# IRS Form 1116



## chammer

Hello, I'm considering using the foreign tax credit when filing my US taxes. 

I live and work in the UK and am on PAYE. Does anyone know, does National Insurance deductions count as tax paid? 

Thanks!

Carolyn


----------



## Bevdeforges

Simple answer: no

You can take the tax credit only for income taxes paid. No other sorts of tax can be used for the form 1116 tax credit.
Cheers,
Bev


----------



## BBCWatcher

And it's the IRS's definition of income taxes. Occasionally that definition exceeds a foreign country's own definition. As one example, a lot of countries deduct tax from bank interest payments before you even see the interest. Generally those taxes on bank interest -- whatever they're called -- are income taxes according to the IRS.


----------



## Bevdeforges

Generally, if a bank deducts taxes at the source that's income tax and considered as such by the home jurisdiction.

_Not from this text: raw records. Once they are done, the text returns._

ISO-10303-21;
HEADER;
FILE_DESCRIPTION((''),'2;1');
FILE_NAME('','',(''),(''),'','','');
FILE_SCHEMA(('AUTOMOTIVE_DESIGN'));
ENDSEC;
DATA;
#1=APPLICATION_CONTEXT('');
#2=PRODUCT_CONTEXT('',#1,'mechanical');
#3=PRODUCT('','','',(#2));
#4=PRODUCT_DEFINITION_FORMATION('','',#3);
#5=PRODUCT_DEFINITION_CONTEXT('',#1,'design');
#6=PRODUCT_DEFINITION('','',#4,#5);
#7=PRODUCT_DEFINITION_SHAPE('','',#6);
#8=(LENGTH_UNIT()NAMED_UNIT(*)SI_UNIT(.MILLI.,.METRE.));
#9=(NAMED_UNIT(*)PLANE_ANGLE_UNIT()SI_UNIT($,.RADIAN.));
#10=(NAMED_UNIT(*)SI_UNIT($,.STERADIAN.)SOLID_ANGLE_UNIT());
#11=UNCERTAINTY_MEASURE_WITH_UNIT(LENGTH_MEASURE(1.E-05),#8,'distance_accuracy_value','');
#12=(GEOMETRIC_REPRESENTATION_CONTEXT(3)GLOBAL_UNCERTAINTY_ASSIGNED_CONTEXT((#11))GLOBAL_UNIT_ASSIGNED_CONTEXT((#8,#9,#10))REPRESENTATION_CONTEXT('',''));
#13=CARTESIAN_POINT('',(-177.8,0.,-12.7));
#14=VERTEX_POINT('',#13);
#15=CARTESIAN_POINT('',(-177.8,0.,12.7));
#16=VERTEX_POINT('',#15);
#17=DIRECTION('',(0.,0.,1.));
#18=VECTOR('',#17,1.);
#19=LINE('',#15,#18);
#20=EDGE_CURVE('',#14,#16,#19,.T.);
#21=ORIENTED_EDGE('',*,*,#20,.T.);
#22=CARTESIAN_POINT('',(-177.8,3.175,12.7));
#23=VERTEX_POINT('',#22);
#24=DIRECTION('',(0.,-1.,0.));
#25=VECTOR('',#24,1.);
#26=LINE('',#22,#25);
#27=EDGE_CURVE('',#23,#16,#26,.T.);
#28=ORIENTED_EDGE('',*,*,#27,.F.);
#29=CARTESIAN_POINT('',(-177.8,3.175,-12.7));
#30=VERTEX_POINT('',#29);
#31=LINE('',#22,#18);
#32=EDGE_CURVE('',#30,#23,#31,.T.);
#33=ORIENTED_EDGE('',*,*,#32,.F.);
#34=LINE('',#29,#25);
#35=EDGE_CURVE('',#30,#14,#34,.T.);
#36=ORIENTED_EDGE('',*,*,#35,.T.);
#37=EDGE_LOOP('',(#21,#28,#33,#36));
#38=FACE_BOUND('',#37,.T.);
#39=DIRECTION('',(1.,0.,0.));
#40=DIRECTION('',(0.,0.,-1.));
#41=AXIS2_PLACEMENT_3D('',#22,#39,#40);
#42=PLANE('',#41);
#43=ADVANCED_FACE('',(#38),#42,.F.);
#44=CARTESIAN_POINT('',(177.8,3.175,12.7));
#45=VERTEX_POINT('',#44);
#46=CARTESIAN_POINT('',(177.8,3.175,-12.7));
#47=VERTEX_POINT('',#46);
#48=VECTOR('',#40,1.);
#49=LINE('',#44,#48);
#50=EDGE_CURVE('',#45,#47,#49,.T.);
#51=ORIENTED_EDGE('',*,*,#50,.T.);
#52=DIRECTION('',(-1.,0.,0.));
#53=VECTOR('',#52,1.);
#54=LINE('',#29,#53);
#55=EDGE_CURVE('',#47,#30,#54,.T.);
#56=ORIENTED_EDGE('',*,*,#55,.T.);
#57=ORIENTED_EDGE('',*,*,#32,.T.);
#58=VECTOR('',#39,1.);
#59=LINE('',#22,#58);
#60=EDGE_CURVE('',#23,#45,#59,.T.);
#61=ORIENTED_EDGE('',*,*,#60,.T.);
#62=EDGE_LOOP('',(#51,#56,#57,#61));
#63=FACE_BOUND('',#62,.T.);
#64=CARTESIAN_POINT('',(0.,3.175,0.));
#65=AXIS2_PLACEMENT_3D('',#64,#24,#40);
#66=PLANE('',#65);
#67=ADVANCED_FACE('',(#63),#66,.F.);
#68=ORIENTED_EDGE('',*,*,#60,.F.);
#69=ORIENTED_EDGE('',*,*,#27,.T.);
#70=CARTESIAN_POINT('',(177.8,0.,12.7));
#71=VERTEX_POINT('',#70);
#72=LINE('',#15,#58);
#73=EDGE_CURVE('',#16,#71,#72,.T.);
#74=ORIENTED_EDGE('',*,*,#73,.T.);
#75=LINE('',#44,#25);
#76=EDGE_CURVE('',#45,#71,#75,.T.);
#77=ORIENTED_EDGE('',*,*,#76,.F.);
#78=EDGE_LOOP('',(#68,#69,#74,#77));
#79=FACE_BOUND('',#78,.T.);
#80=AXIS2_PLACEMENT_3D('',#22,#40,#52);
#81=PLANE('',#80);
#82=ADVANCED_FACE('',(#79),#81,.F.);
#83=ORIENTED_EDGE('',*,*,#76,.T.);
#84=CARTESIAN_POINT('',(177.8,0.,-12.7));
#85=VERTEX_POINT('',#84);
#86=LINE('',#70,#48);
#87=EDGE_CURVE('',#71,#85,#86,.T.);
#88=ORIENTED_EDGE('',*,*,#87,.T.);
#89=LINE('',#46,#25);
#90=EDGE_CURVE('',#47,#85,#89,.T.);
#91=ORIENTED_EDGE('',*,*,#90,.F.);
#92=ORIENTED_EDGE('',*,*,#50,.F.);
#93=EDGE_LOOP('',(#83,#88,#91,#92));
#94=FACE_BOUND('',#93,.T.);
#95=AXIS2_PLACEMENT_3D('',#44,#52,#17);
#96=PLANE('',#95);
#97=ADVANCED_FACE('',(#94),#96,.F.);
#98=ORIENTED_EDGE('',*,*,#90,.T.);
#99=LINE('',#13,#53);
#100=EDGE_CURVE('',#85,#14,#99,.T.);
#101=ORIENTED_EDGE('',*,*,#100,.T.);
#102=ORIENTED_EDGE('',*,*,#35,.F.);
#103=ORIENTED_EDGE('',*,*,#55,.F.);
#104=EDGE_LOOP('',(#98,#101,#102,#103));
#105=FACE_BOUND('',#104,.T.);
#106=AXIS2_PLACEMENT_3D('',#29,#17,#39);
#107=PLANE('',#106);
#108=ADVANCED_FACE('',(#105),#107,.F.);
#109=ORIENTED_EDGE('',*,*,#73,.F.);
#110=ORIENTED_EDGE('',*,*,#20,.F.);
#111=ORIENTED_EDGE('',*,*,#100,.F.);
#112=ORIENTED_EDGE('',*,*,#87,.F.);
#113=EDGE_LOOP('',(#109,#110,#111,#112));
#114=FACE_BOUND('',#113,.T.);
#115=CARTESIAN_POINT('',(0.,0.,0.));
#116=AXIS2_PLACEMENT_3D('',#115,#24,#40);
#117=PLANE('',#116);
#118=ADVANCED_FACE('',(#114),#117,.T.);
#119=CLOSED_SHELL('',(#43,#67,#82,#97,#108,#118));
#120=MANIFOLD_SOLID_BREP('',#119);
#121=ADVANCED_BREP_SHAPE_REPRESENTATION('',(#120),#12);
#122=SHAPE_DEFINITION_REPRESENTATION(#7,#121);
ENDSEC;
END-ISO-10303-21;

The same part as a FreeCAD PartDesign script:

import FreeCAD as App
import Part
import Sketcher
Q = App.Units.Quantity


def add_polygon(sketch, points):
    """Adds a closed chain of lines whose ends are joined by coincident constraints."""
    first, n = sketch.GeometryCount, len(points)
    for a, b in zip(points, points[1:] + points[:1]):
        sketch.addGeometry(Part.LineSegment(App.Vector(*a, 0), App.Vector(*b, 0)), False)
    for i in range(n):
        sketch.addConstraint(Sketcher.Constraint("Coincident", first + i, 2, first + (i + 1) % n, 1))

doc = App.newDocument("Part")
body = doc.addObject("PartDesign::Body", "Body")

# Sketch on XZ plane
sketch1 = body.newObject("Sketcher::SketchObject", "Sketch")
sketch1.AttachmentSupport = (doc.getObject("XZ_Plane"), [""])
sketch1.MapMode = "FlatFace"
add_polygon(sketch1, [(-178, -13), (-178, 13), (178, 13), (178, -13)])  # lines 0-3
sketch1.addConstraint([
    Sketcher.Constraint("Vertical", 0),
    Sketcher.Constraint("Horizontal", 1),
    Sketcher.Constraint("Vertical", 2),
    Sketcher.Constraint("Horizontal", 3),
    Sketcher.Constraint("Symmetric", 0, 2, 2, 2, -1, 1),
    Sketcher.Constraint("DistanceX", 1, 1, 1, 2, Q("14 in")),
    Sketcher.Constraint("DistanceY", 0, 1, 0, 2, Q("1 in")),
])
pad1 = body.newObject("PartDesign::Pad", "Pad")
pad1.Profile = sketch1
pad1.Length = Q("0.125 in")
pad1.Reversed = True

doc.recompute()
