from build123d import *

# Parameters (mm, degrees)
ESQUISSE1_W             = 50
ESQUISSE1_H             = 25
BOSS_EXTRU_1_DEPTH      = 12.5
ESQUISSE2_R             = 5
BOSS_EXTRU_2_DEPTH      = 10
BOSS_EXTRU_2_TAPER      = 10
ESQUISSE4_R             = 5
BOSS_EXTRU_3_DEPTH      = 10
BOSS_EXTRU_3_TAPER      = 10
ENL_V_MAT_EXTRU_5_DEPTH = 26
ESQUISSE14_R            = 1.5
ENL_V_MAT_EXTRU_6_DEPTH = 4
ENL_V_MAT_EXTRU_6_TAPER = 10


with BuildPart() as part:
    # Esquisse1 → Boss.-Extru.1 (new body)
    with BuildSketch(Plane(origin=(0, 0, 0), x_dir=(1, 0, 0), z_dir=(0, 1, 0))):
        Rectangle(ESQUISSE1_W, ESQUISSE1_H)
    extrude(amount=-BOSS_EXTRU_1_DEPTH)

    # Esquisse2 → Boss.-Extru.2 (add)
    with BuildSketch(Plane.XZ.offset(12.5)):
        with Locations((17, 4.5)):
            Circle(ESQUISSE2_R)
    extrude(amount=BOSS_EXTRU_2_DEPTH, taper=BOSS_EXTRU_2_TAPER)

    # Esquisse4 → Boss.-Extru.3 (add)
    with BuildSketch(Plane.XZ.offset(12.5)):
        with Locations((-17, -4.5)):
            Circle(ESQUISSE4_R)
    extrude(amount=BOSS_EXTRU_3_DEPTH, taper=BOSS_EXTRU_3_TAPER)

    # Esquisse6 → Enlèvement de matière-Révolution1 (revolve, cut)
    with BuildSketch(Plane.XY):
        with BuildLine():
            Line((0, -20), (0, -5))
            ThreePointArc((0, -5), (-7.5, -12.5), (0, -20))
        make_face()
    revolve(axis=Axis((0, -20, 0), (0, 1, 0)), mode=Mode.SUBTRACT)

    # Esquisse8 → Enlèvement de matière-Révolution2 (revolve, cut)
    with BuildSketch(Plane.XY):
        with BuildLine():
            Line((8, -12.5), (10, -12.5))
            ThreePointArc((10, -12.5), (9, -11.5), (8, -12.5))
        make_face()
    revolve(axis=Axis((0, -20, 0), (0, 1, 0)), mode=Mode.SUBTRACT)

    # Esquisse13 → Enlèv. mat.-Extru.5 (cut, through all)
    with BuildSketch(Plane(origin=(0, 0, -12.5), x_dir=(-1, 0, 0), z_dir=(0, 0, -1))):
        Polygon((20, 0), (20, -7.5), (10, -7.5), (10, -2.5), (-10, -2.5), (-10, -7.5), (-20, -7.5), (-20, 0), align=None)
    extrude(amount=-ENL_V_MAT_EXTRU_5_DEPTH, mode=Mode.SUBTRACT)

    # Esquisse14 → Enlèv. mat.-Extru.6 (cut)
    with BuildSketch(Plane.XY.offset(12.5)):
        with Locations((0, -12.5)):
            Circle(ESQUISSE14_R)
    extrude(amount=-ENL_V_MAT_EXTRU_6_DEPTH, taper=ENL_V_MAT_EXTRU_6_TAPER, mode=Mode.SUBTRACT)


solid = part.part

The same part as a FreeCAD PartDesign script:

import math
import FreeCAD as App
import Part
import Sketcher
from FreeCAD import Vector
Q = App.Units.Quantity

doc = App.newDocument("Part")
params = doc.addObject("Spreadsheet::Sheet", "Params")
for row, (alias, value) in enumerate([
    ("sketch1_width", "50 mm"),
    ("sketch1_height", "25 mm"),
    ("pad1_length", "12.5 mm"),
    ("sketch2_diameter", "10 mm"),
    ("pad2_length", "10 mm"),
    ("pad2_taper", "-10 deg"),
    ("sketch3_diameter", "10 mm"),
    ("pad3_length", "10 mm"),
    ("pad3_taper", "-10 deg"),
    ("sketch4_radius", "7.5 mm"),
    ("groove_angle", "360 deg"),
    ("sketch5_radius", "1 mm"),
    ("groove2_angle", "360 deg"),
    ("sketch6_width", "40 mm"),
    ("sketch6_width2", "10 mm"),
    ("sketch6_height", "5 mm"),
    ("sketch6_height2", "7.5 mm"),
    ("sketch7_diameter", "3 mm"),
    ("pocket2_length", "4 mm"),
    ("pocket2_taper", "-10 deg"),
], start=1):
    params.set(f"A{row}", alias)
    params.set(f"B{row}", "=" + value)
    params.setAlias(f"B{row}", alias)

body = doc.addObject("PartDesign::Body", "Body")

sketch1 = body.newObject("Sketcher::SketchObject", "Sketch")
sketch1.AttachmentSupport = (doc.getObject("XZ_Plane"), [""])
sketch1.MapMode = "FlatFace"
sketch1.addGeometry(Part.LineSegment(Vector(-25, -12, 0), Vector(-25, 12, 0)), False)
sketch1.addGeometry(Part.LineSegment(Vector(-25, 12, 0), Vector(25, 12, 0)), False)
sketch1.addGeometry(Part.LineSegment(Vector(25, 12, 0), Vector(25, -12, 0)), False)
sketch1.addGeometry(Part.LineSegment(Vector(25, -12, 0), Vector(-25, -12, 0)), False)
sketch1.addConstraint(Sketcher.Constraint("Coincident", 0, 2, 1, 1))
sketch1.addConstraint(Sketcher.Constraint("Coincident", 1, 2, 2, 1))
sketch1.addConstraint(Sketcher.Constraint("Coincident", 2, 2, 3, 1))
sketch1.addConstraint(Sketcher.Constraint("Coincident", 3, 2, 0, 1))
sketch1.addConstraint(Sketcher.Constraint("Vertical", 0))
sketch1.addConstraint(Sketcher.Constraint("Horizontal", 1))
sketch1.addConstraint(Sketcher.Constraint("Vertical", 2))
sketch1.addConstraint(Sketcher.Constraint("Horizontal", 3))
sketch1.addConstraint(Sketcher.Constraint("Symmetric", 0, 2, 2, 2, -1, 1))
sketch1.addConstraint(Sketcher.Constraint("DistanceX", 1, 1, 1, 2, Q("50 mm")))
sketch1.addConstraint(Sketcher.Constraint("DistanceY", 0, 1, 0, 2, Q("25 mm")))
sketch1.setExpression("Constraints[9]", "Params.sketch1_width")
sketch1.setExpression("Constraints[10]", "Params.sketch1_height")
pad1 = body.newObject("PartDesign::Pad", "Pad")
pad1.Profile = sketch1
pad1.setExpression("Length", "Params.pad1_length")

sketch2 = body.newObject("Sketcher::SketchObject", "Sketch001")
sketch2.AttachmentSupport = (doc.getObject("XZ_Plane"), [""])
sketch2.MapMode = "FlatFace"
sketch2.AttachmentOffset = App.Placement(Vector(0, 0, 12.5), App.Rotation())
sketch2.addGeometry(Part.Circle(Vector(17, 4, 0), Vector(0, 0, 1), 5), False)
sketch2.addConstraint(Sketcher.Constraint("Diameter", 0, Q("10 mm")))
sketch2.addConstraint(Sketcher.Constraint("DistanceX", -1, 1, 0, 3, Q("17 mm")))
sketch2.addConstraint(Sketcher.Constraint("DistanceY", -1, 1, 0, 3, Q("4.5 mm")))
sketch2.setExpression("Constraints[0]", "Params.sketch2_diameter")
pad2 = body.newObject("PartDesign::Pad", "Pad001")
pad2.Profile = sketch2
pad2.setExpression("Length", "Params.pad2_length")
pad2.setExpression("TaperAngle", "Params.pad2_taper")

sketch3 = body.newObject("Sketcher::SketchObject", "Sketch002")
sketch3.AttachmentSupport = (doc.getObject("XZ_Plane"), [""])
sketch3.MapMode = "FlatFace"
sketch3.AttachmentOffset = App.Placement(Vector(0, 0, 12.5), App.Rotation())
sketch3.addGeometry(Part.Circle(Vector(-17, -4, 0), Vector(0, 0, 1), 5), False)
sketch3.addConstraint(Sketcher.Constraint("Diameter", 0, Q("10 mm")))
sketch3.addConstraint(Sketcher.Constraint("DistanceX", 0, 3, -1, 1, Q("17 mm")))
sketch3.addConstraint(Sketcher.Constraint("DistanceY", 0, 3, -1, 1, Q("4.5 mm")))
sketch3.setExpression("Constraints[0]", "Params.sketch3_diameter")
pad3 = body.newObject("PartDesign::Pad", "Pad002")
pad3.Profile = sketch3
pad3.setExpression("Length", "Params.pad3_length")
pad3.setExpression("TaperAngle", "Params.pad3_taper")

sketch4 = body.newObject("Sketcher::SketchObject", "Sketch003")
sketch4.AttachmentSupport = (doc.getObject("XY_Plane"), [""])
sketch4.MapMode = "FlatFace"
sketch4.addGeometry(Part.LineSegment(Vector(0, -20, 0), Vector(0, -5, 0)), False)
sketch4.addGeometry(Part.ArcOfCircle(Part.Circle(Vector(0, -12, 0), Vector(0, 0, 1), 8), math.radians(90), math.radians(270)), False)
sketch4.addConstraint(Sketcher.Constraint("Coincident", 0, 1, 1, 2))
sketch4.addConstraint(Sketcher.Constraint("Coincident", 1, 1, 0, 2))
sketch4.addConstraint(Sketcher.Constraint("Vertical", 0))
sketch4.addConstraint(Sketcher.Constraint("PointOnObject", 1, 3, -2))
sketch4.addConstraint(Sketcher.Constraint("PointOnObject", 0, 1, -2))
sketch4.addConstraint(Sketcher.Constraint("Radius", 1, Q("7.5 mm")))
sketch4.addConstraint(Sketcher.Constraint("DistanceY", 0, 1, -1, 1, Q("20 mm")))
sketch4.setExpression("Constraints[5]", "Params.sketch4_radius")
groove = body.newObject("PartDesign::Groove", "Groove")
groove.Profile = sketch4
groove.ReferenceAxis = (sketch4, ["V_Axis"])
groove.setExpression("Angle", "Params.groove_angle")

sketch5 = body.newObject("Sketcher::SketchObject", "Sketch004")
sketch5.AttachmentSupport = (doc.getObject("XY_Plane"), [""])
sketch5.MapMode = "FlatFace"
sketch5.addGeometry(Part.LineSegment(Vector(8, -12.5, 0), Vector(10, -12.5, 0)), False)
sketch5.addGeometry(Part.ArcOfCircle(Part.Circle(Vector(9, -12.5, 0), Vector(0, 0, 1), 1), math.radians(0), math.radians(180)), False)
sketch5.addConstraint(Sketcher.Constraint("Coincident", 0, 1, 1, 2))
sketch5.addConstraint(Sketcher.Constraint("Coincident", 1, 1, 0, 2))
sketch5.addConstraint(Sketcher.Constraint("Horizontal", 0))
sketch5.addConstraint(Sketcher.Constraint("Horizontal", 1, 3, 0, 1))
sketch5.addConstraint(Sketcher.Constraint("Radius", 1, Q("1 mm")))
sketch5.addConstraint(Sketcher.Constraint("DistanceX", -1, 1, 1, 3, Q("9 mm")))
sketch5.addConstraint(Sketcher.Constraint("DistanceY", 1, 3, -1, 1, Q("12.5 mm")))
sketch5.setExpression("Constraints[4]", "Params.sketch5_radius")
groove2 = body.newObject("PartDesign::Groove", "Groove001")
groove2.Profile = sketch5
groove2.ReferenceAxis = (sketch5, ["V_Axis"])
groove2.setExpression("Angle", "Params.groove2_angle")

sketch6 = body.newObject("Sketcher::SketchObject", "Sketch005")
sketch6.AttachmentSupport = (doc.getObject("XY_Plane"), [""])
sketch6.MapMode = "FlatFace"
sketch6.AttachmentOffset = App.Placement(Vector(0, 0, -12.5), App.Rotation())
sketch6.addGeometry(Part.LineSegment(Vector(-20, -8, 0), Vector(-20, 0, 0)), False)
sketch6.addGeometry(Part.LineSegment(Vector(-20, 0, 0), Vector(20, 0, 0)), False)
sketch6.addGeometry(Part.LineSegment(Vector(20, 0, 0), Vector(20, -8, 0)), False)
sketch6.addGeometry(Part.LineSegment(Vector(20, -8, 0), Vector(10, -8, 0)), False)
sketch6.addGeometry(Part.LineSegment(Vector(10, -8, 0), Vector(10, -2, 0)), False)
sketch6.addGeometry(Part.LineSegment(Vector(10, -2, 0), Vector(-10, -2, 0)), False)
sketch6.addGeometry(Part.LineSegment(Vector(-10, -2, 0), Vector(-10, -8, 0)), False)
sketch6.addGeometry(Part.LineSegment(Vector(-10, -8, 0), Vector(-20, -8, 0)), False)
sketch6.addConstraint(Sketcher.Constraint("Coincident", 0, 2, 1, 1))
sketch6.addConstraint(Sketcher.Constraint("Coincident", 1, 2, 2, 1))
sketch6.addConstraint(Sketcher.Constraint("Coincident", 2, 2, 3, 1))
sketch6.addConstraint(Sketcher.Constraint("Coincident", 3, 2, 4, 1))
sketch6.addConstraint(Sketcher.Constraint("Coincident", 4, 2, 5, 1))
sketch6.addConstraint(Sketcher.Constraint("Coincident", 5, 2, 6, 1))
sketch6.addConstraint(Sketcher.Constraint("Coincident", 6, 2, 7, 1))
sketch6.addConstraint(Sketcher.Constraint("Coincident", 7, 2, 0, 1))
sketch6.addConstraint(Sketcher.Constraint("Vertical", 0))
sketch6.addConstraint(Sketcher.Constraint("Horizontal", 1))
sketch6.addConstraint(Sketcher.Constraint("Vertical", 2))
sketch6.addConstraint(Sketcher.Constraint("Horizontal", 3))
sketch6.addConstraint(Sketcher.Constraint("Vertical", 4))
sketch6.addConstraint(Sketcher.Constraint("Horizontal", 5))
sketch6.addConstraint(Sketcher.Constraint("Vertical", 6))
sketch6.addConstraint(Sketcher.Constraint("Horizontal", 7))
sketch6.addConstraint(Sketcher.Constraint("Symmetric", 0, 2, 1, 2, -1, 1))
sketch6.addConstraint(Sketcher.Constraint("Symmetric", 3, 2, 6, 2, -2))
sketch6.addConstraint(Sketcher.Constraint("DistanceX", 1, 1, 1, 2, Q("40 mm")))
sketch6.addConstraint(Sketcher.Constraint("DistanceX", 3, 2, 3, 1, Q("10 mm")))
sketch6.addConstraint(Sketcher.Constraint("DistanceY", 4, 1, 4, 2, Q("5 mm")))
sketch6.addConstraint(Sketcher.Constraint("DistanceY", 0, 1, 0, 2, Q("7.5 mm")))
sketch6.setExpression("Constraints[18]", "Params.sketch6_width")
sketch6.setExpression("Constraints[19]", "Params.sketch6_width2")
sketch6.setExpression("Constraints[20]", "Params.sketch6_height")
sketch6.setExpression("Constraints[21]", "Params.sketch6_height2")
pocket1 = body.newObject("PartDesign::Pocket", "Pocket")
pocket1.Profile = sketch6
pocket1.Type = "ThroughAll"
pocket1.Reversed = True

sketch7 = body.newObject("Sketcher::SketchObject", "Sketch006")
sketch7.AttachmentSupport = (doc.getObject("XY_Plane"), [""])
sketch7.MapMode = "FlatFace"
sketch7.AttachmentOffset = App.Placement(Vector(0, 0, 12.5), App.Rotation())
sketch7.addGeometry(Part.Circle(Vector(0, -12.5, 0), Vector(0, 0, 1), 1.5), False)
sketch7.addConstraint(Sketcher.Constraint("PointOnObject", 0, 3, -2))
sketch7.addConstraint(Sketcher.Constraint("Diameter", 0, Q("3 mm")))
sketch7.addConstraint(Sketcher.Constraint("DistanceY", 0, 3, -1, 1, Q("12.5 mm")))
sketch7.setExpression("Constraints[1]", "Params.sketch7_diameter")
pocket2 = body.newObject("PartDesign::Pocket", "Pocket001")
pocket2.Profile = sketch7
pocket2.setExpression("Length", "Params.pocket2_length")
pocket2.setExpression("TaperAngle", "Params.pocket2_taper")

doc.recompute()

What isn't considered creditable "income tax" are things like VAT (not even deductible as "sales tax" in the days that sales tax was deductible) and what in the US they call "payroll taxes" - usually social insurances (National Insurance in the UK).
Cheers,
Bev


----------



## chammer

Thanks for the very rapid replies. I've now successfully completed my 2011, 2012 and 2013 returns!! Using 2555-EZ I do not owe anything  

Thanks again!


----------